Go deeper on private AI at the edge. Read our architectural guide on running production AI on local hardware, from model selection to deployment patterns:
Local Voice Agent vs Cloud Voice API
Choose a local voice agent when data residency, predictable cost, or offline operation are non-negotiable. Cloud voice APIs are still the right call for low-volume prototypes or consumer products where regulatory exposure is light and engineering capacity is the bigger constraint. The table below summarizes the trade-offs that decide where regulated teams land.
| Dimension | Local Voice Agent | Cloud Voice API |
| Data residency | Audio, transcripts, and responses stay on-prem | Raw audio sent to a third party and often logged |
| Cost model | Fixed hardware spend, no per-minute fees | Per-minute STT, LLM, and TTS billing that scales with traffic |
| Network dependency | Works on closed and air-gapped networks | Requires reliable internet on every call |
| Voice and language control | 17 languages on XTTS-v2 plus brand voice cloning | Limited voice options, brand voice usually a paid add-on |
| Latency | ~2 to 4 s to first response, first chunk under 2 s | Variable, network round trips on every call |
| Time to start | GPU node provisioning required | Ready in minutes with an API key |
| Best fit | Regulated industries, high-volume traffic, edge deployments | Low-risk prototypes, consumer apps, light traffic |
A short decision frame we use with clients: if audio contains PHI, PII at scale, or contractually restricted content, default to local.
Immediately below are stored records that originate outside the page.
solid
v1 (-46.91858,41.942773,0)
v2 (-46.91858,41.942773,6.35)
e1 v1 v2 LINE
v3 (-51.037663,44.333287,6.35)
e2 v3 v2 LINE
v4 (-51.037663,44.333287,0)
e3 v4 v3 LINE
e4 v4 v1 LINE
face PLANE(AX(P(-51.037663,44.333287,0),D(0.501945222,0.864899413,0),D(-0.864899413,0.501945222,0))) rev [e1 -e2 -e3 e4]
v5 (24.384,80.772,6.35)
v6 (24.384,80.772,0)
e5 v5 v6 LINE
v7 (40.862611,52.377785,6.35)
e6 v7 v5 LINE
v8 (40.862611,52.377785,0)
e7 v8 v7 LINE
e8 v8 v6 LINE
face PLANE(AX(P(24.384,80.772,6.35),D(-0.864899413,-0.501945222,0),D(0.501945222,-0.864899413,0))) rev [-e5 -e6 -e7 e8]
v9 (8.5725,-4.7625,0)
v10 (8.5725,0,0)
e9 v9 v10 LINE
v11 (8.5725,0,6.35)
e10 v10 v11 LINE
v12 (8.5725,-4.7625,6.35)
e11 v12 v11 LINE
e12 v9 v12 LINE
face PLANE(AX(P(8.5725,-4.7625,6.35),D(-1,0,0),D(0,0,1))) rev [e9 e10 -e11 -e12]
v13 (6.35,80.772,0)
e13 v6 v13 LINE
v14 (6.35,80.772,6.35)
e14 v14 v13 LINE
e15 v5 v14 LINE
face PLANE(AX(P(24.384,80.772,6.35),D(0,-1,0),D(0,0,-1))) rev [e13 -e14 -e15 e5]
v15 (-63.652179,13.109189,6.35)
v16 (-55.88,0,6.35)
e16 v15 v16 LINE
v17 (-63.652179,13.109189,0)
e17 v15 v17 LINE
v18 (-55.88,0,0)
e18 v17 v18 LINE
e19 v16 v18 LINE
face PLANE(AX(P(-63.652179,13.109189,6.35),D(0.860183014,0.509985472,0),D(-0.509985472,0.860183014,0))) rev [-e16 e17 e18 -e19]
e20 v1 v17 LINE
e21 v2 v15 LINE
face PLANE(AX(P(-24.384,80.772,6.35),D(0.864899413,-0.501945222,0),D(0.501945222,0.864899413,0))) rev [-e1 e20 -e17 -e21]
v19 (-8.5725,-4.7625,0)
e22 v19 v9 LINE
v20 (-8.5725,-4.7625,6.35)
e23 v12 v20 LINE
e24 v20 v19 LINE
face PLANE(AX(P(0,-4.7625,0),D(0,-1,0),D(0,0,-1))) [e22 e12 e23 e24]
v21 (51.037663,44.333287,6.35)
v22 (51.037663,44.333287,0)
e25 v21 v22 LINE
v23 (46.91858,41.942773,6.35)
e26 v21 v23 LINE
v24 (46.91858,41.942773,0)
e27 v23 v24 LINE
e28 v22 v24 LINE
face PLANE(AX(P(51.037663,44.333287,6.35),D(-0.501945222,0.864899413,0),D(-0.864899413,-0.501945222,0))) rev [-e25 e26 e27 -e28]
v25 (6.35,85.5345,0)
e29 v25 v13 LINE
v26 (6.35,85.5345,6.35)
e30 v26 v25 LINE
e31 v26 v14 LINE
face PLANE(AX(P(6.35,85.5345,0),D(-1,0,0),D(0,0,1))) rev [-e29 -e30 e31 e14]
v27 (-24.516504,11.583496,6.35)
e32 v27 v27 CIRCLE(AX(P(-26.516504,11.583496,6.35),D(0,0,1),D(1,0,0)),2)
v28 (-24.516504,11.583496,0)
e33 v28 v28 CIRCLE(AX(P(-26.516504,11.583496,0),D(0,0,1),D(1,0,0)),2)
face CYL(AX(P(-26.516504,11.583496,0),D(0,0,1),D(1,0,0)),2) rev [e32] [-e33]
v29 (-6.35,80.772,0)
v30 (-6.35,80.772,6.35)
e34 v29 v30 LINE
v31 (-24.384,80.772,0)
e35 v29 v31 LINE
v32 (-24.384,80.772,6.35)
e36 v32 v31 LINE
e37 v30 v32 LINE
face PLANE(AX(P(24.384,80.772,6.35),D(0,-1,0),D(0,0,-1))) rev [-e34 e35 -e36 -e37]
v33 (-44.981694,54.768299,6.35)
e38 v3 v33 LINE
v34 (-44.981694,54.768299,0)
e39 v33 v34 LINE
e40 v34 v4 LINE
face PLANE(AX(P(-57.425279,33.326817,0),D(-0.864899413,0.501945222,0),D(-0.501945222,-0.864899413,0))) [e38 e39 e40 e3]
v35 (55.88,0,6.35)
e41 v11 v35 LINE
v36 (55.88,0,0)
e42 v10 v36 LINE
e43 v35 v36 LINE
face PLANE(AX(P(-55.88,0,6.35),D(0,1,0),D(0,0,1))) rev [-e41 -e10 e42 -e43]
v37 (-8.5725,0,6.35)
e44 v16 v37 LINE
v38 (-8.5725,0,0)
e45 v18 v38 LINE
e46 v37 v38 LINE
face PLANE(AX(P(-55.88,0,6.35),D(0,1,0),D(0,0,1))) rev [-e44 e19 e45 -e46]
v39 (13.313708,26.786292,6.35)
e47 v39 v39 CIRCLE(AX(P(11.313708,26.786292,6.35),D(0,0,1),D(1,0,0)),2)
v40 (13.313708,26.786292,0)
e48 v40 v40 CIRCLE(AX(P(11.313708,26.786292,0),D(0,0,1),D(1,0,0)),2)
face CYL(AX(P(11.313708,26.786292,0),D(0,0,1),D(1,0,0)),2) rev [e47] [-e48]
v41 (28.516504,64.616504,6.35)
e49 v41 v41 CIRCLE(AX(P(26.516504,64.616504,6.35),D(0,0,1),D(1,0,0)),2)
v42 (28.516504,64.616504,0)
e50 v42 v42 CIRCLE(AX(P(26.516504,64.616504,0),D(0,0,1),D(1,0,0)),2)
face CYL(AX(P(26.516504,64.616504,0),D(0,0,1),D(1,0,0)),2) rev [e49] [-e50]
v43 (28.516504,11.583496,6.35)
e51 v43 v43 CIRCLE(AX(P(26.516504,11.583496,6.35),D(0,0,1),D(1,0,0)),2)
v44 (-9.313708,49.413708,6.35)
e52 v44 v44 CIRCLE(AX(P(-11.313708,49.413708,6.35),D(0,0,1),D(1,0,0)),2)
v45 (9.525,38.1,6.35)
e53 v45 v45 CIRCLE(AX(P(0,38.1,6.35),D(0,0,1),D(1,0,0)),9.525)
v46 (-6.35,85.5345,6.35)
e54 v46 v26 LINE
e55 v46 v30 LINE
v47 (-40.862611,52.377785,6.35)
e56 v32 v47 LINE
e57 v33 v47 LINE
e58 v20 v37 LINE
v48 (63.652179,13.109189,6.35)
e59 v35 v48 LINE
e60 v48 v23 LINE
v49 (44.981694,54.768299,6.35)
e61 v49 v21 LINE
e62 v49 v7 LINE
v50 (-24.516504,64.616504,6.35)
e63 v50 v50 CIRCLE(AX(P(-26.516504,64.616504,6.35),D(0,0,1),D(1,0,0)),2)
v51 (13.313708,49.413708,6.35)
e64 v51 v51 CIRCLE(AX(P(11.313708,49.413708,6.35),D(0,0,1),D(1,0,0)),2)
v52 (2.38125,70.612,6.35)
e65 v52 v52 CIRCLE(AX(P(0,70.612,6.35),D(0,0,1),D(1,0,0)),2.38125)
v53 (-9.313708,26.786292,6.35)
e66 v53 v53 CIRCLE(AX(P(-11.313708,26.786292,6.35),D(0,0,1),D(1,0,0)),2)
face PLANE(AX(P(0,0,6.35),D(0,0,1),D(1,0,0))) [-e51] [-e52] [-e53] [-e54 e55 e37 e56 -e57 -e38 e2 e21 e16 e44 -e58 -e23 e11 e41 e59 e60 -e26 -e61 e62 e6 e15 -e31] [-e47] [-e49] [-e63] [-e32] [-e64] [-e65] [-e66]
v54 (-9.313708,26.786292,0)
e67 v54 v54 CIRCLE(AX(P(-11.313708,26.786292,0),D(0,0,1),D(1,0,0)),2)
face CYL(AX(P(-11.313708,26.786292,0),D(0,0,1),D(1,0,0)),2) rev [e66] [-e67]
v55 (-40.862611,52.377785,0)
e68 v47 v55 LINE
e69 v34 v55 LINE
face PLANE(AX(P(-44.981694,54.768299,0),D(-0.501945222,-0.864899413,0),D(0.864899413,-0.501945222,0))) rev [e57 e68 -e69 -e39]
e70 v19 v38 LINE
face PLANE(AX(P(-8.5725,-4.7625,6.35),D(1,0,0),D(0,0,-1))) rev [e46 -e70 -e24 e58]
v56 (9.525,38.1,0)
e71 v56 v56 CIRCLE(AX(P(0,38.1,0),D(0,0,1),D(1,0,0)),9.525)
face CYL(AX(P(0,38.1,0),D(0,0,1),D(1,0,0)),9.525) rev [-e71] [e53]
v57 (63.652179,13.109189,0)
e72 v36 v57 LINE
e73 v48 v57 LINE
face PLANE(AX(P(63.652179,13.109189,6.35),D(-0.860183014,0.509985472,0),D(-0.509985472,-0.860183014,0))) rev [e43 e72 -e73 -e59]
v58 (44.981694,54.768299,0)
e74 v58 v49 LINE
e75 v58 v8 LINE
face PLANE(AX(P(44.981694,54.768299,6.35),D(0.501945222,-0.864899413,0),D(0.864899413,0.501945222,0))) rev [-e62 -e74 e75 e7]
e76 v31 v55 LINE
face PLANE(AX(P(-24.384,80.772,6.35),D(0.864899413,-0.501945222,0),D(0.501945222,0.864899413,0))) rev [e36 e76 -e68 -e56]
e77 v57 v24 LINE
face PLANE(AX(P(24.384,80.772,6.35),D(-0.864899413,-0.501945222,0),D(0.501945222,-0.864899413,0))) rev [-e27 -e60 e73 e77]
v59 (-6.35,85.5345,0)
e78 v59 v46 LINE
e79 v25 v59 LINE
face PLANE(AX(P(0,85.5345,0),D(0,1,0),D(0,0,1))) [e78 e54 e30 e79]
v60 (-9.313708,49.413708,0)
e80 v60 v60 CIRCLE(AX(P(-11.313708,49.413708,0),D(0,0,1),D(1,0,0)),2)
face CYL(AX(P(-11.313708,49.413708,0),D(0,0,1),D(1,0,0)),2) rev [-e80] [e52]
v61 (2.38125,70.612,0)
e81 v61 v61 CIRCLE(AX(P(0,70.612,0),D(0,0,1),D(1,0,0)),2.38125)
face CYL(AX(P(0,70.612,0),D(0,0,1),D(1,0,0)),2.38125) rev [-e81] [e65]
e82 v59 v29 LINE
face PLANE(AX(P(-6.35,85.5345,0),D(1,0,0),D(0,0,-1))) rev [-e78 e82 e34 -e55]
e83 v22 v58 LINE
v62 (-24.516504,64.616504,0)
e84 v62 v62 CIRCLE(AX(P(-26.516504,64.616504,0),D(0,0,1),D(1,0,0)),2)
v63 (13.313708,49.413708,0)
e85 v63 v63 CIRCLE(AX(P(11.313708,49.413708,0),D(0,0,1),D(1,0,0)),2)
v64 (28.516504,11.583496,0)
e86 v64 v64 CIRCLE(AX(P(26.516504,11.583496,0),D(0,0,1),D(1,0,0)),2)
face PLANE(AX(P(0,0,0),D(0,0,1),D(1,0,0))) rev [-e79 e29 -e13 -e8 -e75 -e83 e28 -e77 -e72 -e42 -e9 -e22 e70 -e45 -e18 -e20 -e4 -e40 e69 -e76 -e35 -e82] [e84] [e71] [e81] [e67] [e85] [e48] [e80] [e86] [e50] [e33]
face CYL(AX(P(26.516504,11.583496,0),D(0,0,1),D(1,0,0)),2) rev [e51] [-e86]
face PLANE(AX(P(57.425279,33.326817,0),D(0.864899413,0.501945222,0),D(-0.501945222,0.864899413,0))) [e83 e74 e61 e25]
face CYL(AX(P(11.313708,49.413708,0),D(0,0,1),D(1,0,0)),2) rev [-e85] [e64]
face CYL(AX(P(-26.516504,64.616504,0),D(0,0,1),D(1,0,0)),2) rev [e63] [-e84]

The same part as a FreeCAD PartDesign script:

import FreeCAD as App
import Part
import Sketcher
Q = App.Units.Quantity


def add_polygon(sketch, points):
    """Adds a closed chain of lines whose ends are joined by coincident constraints."""
    first, n = sketch.GeometryCount, len(points)
    for a, b in zip(points, points[1:] + points[:1]):
        sketch.addGeometry(Part.LineSegment(App.Vector(*a, 0), App.Vector(*b, 0)), False)
    for i in range(n):
        sketch.addConstraint(Sketcher.Constraint("Coincident", first + i, 2, first + (i + 1) % n, 1))

doc = App.newDocument("Part")
body = doc.addObject("PartDesign::Body", "Body")

# Sketch on XY plane
sketch1 = body.newObject("Sketcher::SketchObject", "Sketch")
sketch1.AttachmentSupport = (doc.getObject("XY_Plane"), [""])
sketch1.MapMode = "FlatFace"
add_polygon(sketch1, [(24, 81), (-24, 81), (-64, 13), (-56, 0), (56, 0), (64, 13)])  # lines 0-5
sketch1.addConstraint(Sketcher.Constraint("Horizontal", 0))
sketch1.addConstraint(Sketcher.Constraint("Horizontal", 3))
sketch1.addConstraint(Sketcher.Constraint("Symmetric", 2, 2, 3, 2, -1, 1))
sketch1.addConstraint(Sketcher.Constraint("Symmetric", 1, 2, 4, 2, -2))
sketch1.addConstraint(Sketcher.Constraint("Equal", 1, 5))
sketch1.addConstraint(Sketcher.Constraint("DistanceX", 3, 1, 3, 2, Q("4.4 in")))
sketch1.addConstraint(Sketcher.Constraint("Distance", 2, Q("0.6 in")))
sketch1.addConstraint(Sketcher.Constraint("DistanceX", 0, 2, 0, 1, Q("1.92 in")))
sketch1.addConstraint(Sketcher.Constraint("Distance", 1, Q("3.08 in")))
sketch1.addConstraint(Sketcher.Constraint("DistanceY", -1, 1, 0, 2, Q("3.18 in")))
pad1 = body.newObject("PartDesign::Pad", "Pad")
pad1.Profile = sketch1
pad1.Length = Q("0.25 in")

# Sketch on XY plane
sketch2 = body.newObject("Sketcher::SketchObject", "Sketch001")
sketch2.AttachmentSupport = (doc.getObject("XY_Plane"), [""])
sketch2.MapMode = "FlatFace"
sketch2.AttachmentOffset = App.Placement(App.Vector(0, 0, 0.25 * 25.4), App.Rotation())
sketch2.addGeometry(Part.Circle(App.Vector(0, 38.1, 0), App.Vector(0, 0, 1), 9.5), False)
sketch2.addGeometry(Part.Circle(App.Vector(-11.3, 49.4, 0), App.Vector(0, 0, 1), 2), False)
sketch2.addGeometry(Part.Circle(App.Vector(-11.3, 26.8, 0), App.Vector(0, 0, 1), 2), False)
sketch2.addGeometry(Part.Circle(App.Vector(11.3, 26.8, 0), App.Vector(0, 0, 1), 2), False)
sketch2.addGeometry(Part.Circle(App.Vector(11.3, 49.4, 0), App.Vector(0, 0, 1), 2), False)
sketch2.addGeometry(Part.Circle(App.Vector(26.5, 64.6, 0), App.Vector(0, 0, 1), 2), False)
sketch2.addGeometry(Part.Circle(App.Vector(-26.5, 64.6, 0), App.Vector(0, 0, 1), 2), False)
sketch2.addGeometry(Part.Circle(App.Vector(-26.5, 11.6, 0), App.Vector(0, 0, 1), 2), False)
sketch2.addGeometry(Part.Circle(App.Vector(26.5, 11.6, 0), App.Vector(0, 0, 1), 2), False)
sketch2.addGeometry(Part.Circle(App.Vector(0, 70.6, 0), App.Vector(0, 0, 1), 2.4), False)
sketch2.addConstraint(Sketcher.Constraint("Equal", 1, 2))
sketch2.addConstraint(Sketcher.Constraint("Equal", 2, 3))
sketch2.addConstraint(Sketcher.Constraint("Equal", 3, 4))
sketch2.addConstraint(Sketcher.Constraint("Equal", 4, 5))
sketch2.addConstraint(Sketcher.Constraint("Equal", 5, 6))
sketch2.addConstraint(Sketcher.Constraint("Equal", 6, 7))
sketch2.addConstraint(Sketcher.Constraint("Equal", 7, 8))
sketch2.addConstraint(Sketcher.Constraint("Symmetric", 2, 3, 3, 3, -2))
sketch2.addConstraint(Sketcher.Constraint("Symmetric", 1, 3, 4, 3, -2))
sketch2.addConstraint(Sketcher.Constraint("Symmetric", 5, 3, 6, 3, -2))
sketch2.addConstraint(Sketcher.Constraint("Symmetric", 7, 3, 8, 3, -2))
sketch2.addConstraint(Sketcher.Constraint("PointOnObject", 0, 3, -2))
sketch2.addConstraint(Sketcher.Constraint("PointOnObject", 9, 3, -2))
sketch2.addConstraint(Sketcher.Constraint("Vertical", 1, 3, 2, 3))
sketch2.addConstraint(Sketcher.Constraint("Vertical", 6, 3, 7, 3))
sketch2.addConstraint(Sketcher.Constraint("Diameter", 0, Q("0.75 in")))
sketch2.addConstraint(Sketcher.Constraint("Diameter", 9, Q("0.1875 in")))
sketch2.addConstraint(Sketcher.Constraint("DistanceY", -1, 1, 0, 3, Q("1.5 in")))
sketch2.addConstraint(Sketcher.Constraint("Diameter", 1, 4.0))
sketch2.addConstraint(Sketcher.Constraint("DistanceY", -1, 1, 9, 3, Q("2.78 in")))
sketch2.addConstraint(Sketcher.Constraint("DistanceX", 1, 3, -1, 1, 11.313708))
sketch2.addConstraint(Sketcher.Constraint("DistanceY", -1, 1, 1, 3, 49.413708))
sketch2.addConstraint(Sketcher.Constraint("DistanceY", -1, 1, 2, 3, 26.786292))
If monthly voice API spend is above five figures and traffic is steady, the business case for local often closes on cost alone. If the deployment has to work in a closed network, an air-gapped facility, or an unreliable link, local is the only viable answer. For teams working through this calculus across the broader stack, our piece on sovereign AI infrastructure covers the same trade-off applied to data and training, not just inference.
Key Takeaways
- A fully local voice agent keeps every part of the conversation, audio, transcript, response, on hardware you control, which is the cleanest answer to data residency and audit questions.
- Whisper Large-v3 plus Coqui XTTS-v2 plus Llama 3.1 8B Instruct fits on a single GPU appliance and matches cloud quality for English and 16 other languages including Turkish, German, Hindi, and Mandarin.
- A clean WebRTC, WebSocket, and Pipecat split gives you a lightweight orchestrator and a heavy model node, which scales independently and lets you swap any service later.
- Real production latency lands in the 2 to 4 second range to first response, with streamed audio starting well before that, which reads as natural conversation.
- The cost case is often decisive on its own. Steady voice traffic at five-figure monthly cloud spend pays back local hardware quickly.
- Voice cloning needs careful reference audio. Plan for a second pass on the brand voice if the first clone does not pass A/B testing.
Conclusion
A fully local voice agent is no longer a research project. With Whisper Large-v3, Coqui XTTS-v2, and Llama 3.1 8B on a single GPU appliance, plus a clean WebRTC and WebSocket pipeline, you can ship a multilingual, brand-consistent voice assistant that meets enterprise privacy requirements and outperforms the cost profile of a comparable cloud stack. The hardest design choices are no longer about whether the local approach works. They are about how to right-size the GPU node, which languages to prioritize, and how to handle the operational reality of running inference in your own environment. For most regulated teams, that is a much better problem to have than the one cloud voice APIs leave them with.